A certain Apollo 17 moon rock has had quite the mission over these past few years.
The rock is from the 1972 Apollo 17 landing and has been preserved in order to honor and celebrate the last U.S. manned mission to the moon. The Apollo 17 mission included astronauts like Harrison Schmitt, Ronald Evans, and Gene Cernan.
A Garage Sale Moon Rock
Here’s a bit of a recap on the tiresome journey of the moon rock. The rock started out, obviously, on the moon. From there, it was brought back to the U.S. and gifted to the state of Louisiana. Somewhere along the way, the moon rock went missing. It’s not clear how or when it did so. The Apollo 17 moon rock is encased inside of a ball and has a descriptive wooden plaque that showcases the state’s flag, amongst other inscriptions.
Somehow, this notable piece of U.S. history and evidence of space exploration ended up at a Florida garage sale. According to ABC News, the man who discovered the Apollo 17 rock said he found it at a garage sale sometime over the past 15 years. That means someone was willingly getting rid of something not only rare but clearly historic.

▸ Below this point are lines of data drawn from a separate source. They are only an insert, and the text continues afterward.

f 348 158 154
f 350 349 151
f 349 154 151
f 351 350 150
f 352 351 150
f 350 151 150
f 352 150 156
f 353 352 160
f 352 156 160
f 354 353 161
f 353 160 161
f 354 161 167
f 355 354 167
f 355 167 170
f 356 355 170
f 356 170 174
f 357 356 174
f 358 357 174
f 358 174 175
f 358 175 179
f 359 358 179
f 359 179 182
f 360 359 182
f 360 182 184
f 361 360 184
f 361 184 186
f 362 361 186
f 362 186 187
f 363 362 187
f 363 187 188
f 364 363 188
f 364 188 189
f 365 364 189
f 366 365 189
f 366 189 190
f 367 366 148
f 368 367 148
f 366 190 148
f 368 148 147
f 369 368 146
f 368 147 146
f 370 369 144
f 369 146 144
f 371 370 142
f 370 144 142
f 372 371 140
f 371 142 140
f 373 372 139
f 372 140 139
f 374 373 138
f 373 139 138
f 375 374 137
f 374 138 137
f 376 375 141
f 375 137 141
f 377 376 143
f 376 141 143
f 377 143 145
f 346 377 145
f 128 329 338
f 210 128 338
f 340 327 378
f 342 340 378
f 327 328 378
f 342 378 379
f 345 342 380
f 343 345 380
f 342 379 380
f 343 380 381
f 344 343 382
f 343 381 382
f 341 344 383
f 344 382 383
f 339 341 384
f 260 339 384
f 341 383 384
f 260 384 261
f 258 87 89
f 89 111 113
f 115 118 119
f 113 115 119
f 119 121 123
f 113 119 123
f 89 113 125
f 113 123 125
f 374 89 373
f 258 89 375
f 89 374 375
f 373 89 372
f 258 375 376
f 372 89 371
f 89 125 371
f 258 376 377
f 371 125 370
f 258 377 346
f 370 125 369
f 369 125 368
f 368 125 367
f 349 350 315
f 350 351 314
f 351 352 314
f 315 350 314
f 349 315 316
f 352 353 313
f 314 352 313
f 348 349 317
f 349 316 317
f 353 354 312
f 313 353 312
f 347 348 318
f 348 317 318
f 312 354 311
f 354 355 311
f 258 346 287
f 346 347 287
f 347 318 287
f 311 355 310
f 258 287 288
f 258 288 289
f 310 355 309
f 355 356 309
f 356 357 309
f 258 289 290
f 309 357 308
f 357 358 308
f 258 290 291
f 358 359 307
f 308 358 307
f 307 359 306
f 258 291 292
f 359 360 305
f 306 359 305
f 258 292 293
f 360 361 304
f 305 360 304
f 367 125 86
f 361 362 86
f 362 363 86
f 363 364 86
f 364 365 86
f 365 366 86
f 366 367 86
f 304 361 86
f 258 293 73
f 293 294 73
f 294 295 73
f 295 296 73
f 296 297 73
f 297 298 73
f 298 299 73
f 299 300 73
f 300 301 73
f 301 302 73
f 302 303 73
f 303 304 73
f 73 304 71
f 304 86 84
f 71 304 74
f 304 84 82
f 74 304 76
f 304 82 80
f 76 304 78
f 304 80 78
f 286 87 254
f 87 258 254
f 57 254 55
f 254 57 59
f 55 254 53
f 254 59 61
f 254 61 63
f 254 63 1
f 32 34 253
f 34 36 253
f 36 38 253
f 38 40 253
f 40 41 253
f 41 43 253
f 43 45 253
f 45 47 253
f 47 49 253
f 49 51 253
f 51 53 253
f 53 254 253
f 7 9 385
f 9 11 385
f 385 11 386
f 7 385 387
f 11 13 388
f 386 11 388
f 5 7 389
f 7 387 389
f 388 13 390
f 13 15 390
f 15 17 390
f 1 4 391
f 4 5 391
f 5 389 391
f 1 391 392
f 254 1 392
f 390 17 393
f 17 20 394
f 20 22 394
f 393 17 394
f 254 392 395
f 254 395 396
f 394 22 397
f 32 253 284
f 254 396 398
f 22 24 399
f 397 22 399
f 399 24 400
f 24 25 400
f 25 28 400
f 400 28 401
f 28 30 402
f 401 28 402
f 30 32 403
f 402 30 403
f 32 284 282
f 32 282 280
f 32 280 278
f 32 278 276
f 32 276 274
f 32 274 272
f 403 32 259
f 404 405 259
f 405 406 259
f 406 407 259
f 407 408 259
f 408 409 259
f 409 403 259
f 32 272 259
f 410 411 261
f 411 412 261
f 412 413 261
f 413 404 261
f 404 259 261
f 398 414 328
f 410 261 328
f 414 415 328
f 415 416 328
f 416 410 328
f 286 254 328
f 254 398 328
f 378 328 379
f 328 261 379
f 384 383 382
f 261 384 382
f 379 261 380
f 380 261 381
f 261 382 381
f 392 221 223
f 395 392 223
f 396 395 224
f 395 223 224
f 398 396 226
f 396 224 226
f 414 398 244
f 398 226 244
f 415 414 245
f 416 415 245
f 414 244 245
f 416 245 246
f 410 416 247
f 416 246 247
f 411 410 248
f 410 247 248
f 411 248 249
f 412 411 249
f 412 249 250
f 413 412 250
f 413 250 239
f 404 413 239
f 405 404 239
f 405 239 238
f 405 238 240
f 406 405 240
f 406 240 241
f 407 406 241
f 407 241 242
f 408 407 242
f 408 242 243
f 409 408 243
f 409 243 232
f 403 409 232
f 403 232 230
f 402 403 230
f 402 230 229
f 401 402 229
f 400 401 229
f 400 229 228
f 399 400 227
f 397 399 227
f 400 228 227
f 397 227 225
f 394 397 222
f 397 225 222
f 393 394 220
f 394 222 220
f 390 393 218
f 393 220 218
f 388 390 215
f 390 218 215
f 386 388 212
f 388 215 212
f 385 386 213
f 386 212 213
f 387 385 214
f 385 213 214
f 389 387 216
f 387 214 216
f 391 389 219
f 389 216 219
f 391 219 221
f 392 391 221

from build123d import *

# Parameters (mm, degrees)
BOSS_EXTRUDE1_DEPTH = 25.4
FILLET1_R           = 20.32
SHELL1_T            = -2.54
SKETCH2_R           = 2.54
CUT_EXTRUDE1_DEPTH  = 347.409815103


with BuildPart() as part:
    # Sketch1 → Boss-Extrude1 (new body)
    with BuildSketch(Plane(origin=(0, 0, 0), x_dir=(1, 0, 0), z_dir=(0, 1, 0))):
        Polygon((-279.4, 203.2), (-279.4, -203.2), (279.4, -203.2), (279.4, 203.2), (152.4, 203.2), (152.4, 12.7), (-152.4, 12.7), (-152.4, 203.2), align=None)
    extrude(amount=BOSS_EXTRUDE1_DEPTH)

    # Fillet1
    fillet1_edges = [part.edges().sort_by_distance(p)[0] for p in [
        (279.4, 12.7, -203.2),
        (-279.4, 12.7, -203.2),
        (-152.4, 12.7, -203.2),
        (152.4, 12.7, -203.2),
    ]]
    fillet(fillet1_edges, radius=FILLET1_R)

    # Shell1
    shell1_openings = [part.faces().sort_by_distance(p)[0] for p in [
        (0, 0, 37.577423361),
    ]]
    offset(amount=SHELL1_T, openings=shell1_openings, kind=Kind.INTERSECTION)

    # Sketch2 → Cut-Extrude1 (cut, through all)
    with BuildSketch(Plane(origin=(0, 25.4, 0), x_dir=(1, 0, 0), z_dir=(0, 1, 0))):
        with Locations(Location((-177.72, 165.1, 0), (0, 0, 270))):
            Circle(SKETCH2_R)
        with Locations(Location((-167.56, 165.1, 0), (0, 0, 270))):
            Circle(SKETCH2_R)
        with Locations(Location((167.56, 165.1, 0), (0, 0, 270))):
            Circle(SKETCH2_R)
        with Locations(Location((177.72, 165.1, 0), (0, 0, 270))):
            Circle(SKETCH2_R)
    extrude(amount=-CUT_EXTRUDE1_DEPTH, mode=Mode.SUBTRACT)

As it turns out, the man was looking to gather up old wooden plaques. The goal was to use the wood to refurbish the stocks on his guns.

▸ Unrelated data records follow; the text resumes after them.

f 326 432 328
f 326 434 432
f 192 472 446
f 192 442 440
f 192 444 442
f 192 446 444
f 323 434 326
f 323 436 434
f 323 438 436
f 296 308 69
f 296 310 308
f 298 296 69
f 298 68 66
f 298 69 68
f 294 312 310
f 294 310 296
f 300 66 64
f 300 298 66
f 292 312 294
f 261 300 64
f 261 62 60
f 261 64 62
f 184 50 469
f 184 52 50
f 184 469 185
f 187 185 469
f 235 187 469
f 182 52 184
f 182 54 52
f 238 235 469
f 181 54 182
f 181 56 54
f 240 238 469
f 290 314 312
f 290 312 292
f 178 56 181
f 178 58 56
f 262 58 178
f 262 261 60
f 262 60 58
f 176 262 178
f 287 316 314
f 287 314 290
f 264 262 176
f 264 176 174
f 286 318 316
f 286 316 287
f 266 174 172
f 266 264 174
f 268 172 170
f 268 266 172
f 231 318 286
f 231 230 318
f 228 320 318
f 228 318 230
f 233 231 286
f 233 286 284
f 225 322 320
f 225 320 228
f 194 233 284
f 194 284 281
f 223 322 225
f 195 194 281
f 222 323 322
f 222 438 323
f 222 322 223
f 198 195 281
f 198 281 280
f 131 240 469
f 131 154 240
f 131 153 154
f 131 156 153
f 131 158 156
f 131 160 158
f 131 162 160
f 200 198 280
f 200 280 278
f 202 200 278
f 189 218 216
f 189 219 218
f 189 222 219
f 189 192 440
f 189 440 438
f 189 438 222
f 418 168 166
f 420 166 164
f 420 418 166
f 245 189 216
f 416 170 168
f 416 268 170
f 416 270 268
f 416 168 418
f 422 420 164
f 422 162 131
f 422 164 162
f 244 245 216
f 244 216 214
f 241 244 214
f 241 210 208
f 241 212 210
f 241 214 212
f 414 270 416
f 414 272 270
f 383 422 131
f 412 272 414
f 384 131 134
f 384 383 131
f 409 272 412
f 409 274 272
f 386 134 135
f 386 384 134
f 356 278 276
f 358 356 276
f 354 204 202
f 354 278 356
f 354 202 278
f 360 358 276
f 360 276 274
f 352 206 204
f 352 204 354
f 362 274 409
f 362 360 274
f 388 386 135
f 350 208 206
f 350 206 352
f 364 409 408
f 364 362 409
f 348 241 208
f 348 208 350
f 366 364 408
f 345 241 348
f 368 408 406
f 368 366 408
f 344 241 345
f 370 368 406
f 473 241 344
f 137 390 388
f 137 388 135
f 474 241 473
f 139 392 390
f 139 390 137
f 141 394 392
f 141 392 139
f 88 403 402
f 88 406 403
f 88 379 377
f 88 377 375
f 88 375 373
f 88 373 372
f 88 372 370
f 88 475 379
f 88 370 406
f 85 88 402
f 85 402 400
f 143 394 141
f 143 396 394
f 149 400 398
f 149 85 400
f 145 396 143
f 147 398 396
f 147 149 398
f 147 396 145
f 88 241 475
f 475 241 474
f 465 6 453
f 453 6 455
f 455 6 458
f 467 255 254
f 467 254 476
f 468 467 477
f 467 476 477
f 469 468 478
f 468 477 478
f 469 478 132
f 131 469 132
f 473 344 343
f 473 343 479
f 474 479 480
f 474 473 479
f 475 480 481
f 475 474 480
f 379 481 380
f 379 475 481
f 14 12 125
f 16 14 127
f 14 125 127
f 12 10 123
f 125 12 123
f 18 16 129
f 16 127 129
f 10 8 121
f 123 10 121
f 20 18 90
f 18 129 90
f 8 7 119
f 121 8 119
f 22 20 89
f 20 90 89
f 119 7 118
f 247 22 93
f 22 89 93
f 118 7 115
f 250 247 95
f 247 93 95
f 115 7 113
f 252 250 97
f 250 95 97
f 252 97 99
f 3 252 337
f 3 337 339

He found this specific rock, along with its wooden plaque, and decided to come forward with it.
“I can’t even tell you how long I owned it for. I’m not even sure how much I paid for it. I buy plaques because I take the wood from the plaques and I send it over to my gunstock guy and he makes grips for my Colts and so forth,” the man said to CollectSPACE.
History Behind Apollo 17 Moon Rock
As of now, the moon rock will likely have a pretty long pause in its travels. It is now at the Louisiana State Museum, safe and secured, as officials look to check its authenticity. The item came back home last year. The museum is now sharing the good news with the public.
This moon rock does include the original plaque. The artifact has the names of all the astronauts on the mission and the Louisiana state flag. It also says, “This fragment is a portion of a rock from Taurus Littrow Valley of the Moon. It was part of a larger rock composed of many particles of different shapes and sizes, a symbol of the unity of human endeavor and mankind’s hope for a future of peace and harmony.”
During the 1970s, when space exploration reached a peak, lunar fragments were not uncommon. This moon rock is among hundreds that were given to different states, territories, or other nations at the time. The Richard Nixon administration gifted the rocks.
There are even samples out there from the infamous Apollo 11 crew, including Neil Armstrong. Several of these samples mysteriously went missing years later.
It all goes to show — one man’s junk placed out at a garage sale is another country’s beloved moon rock that was missing for years.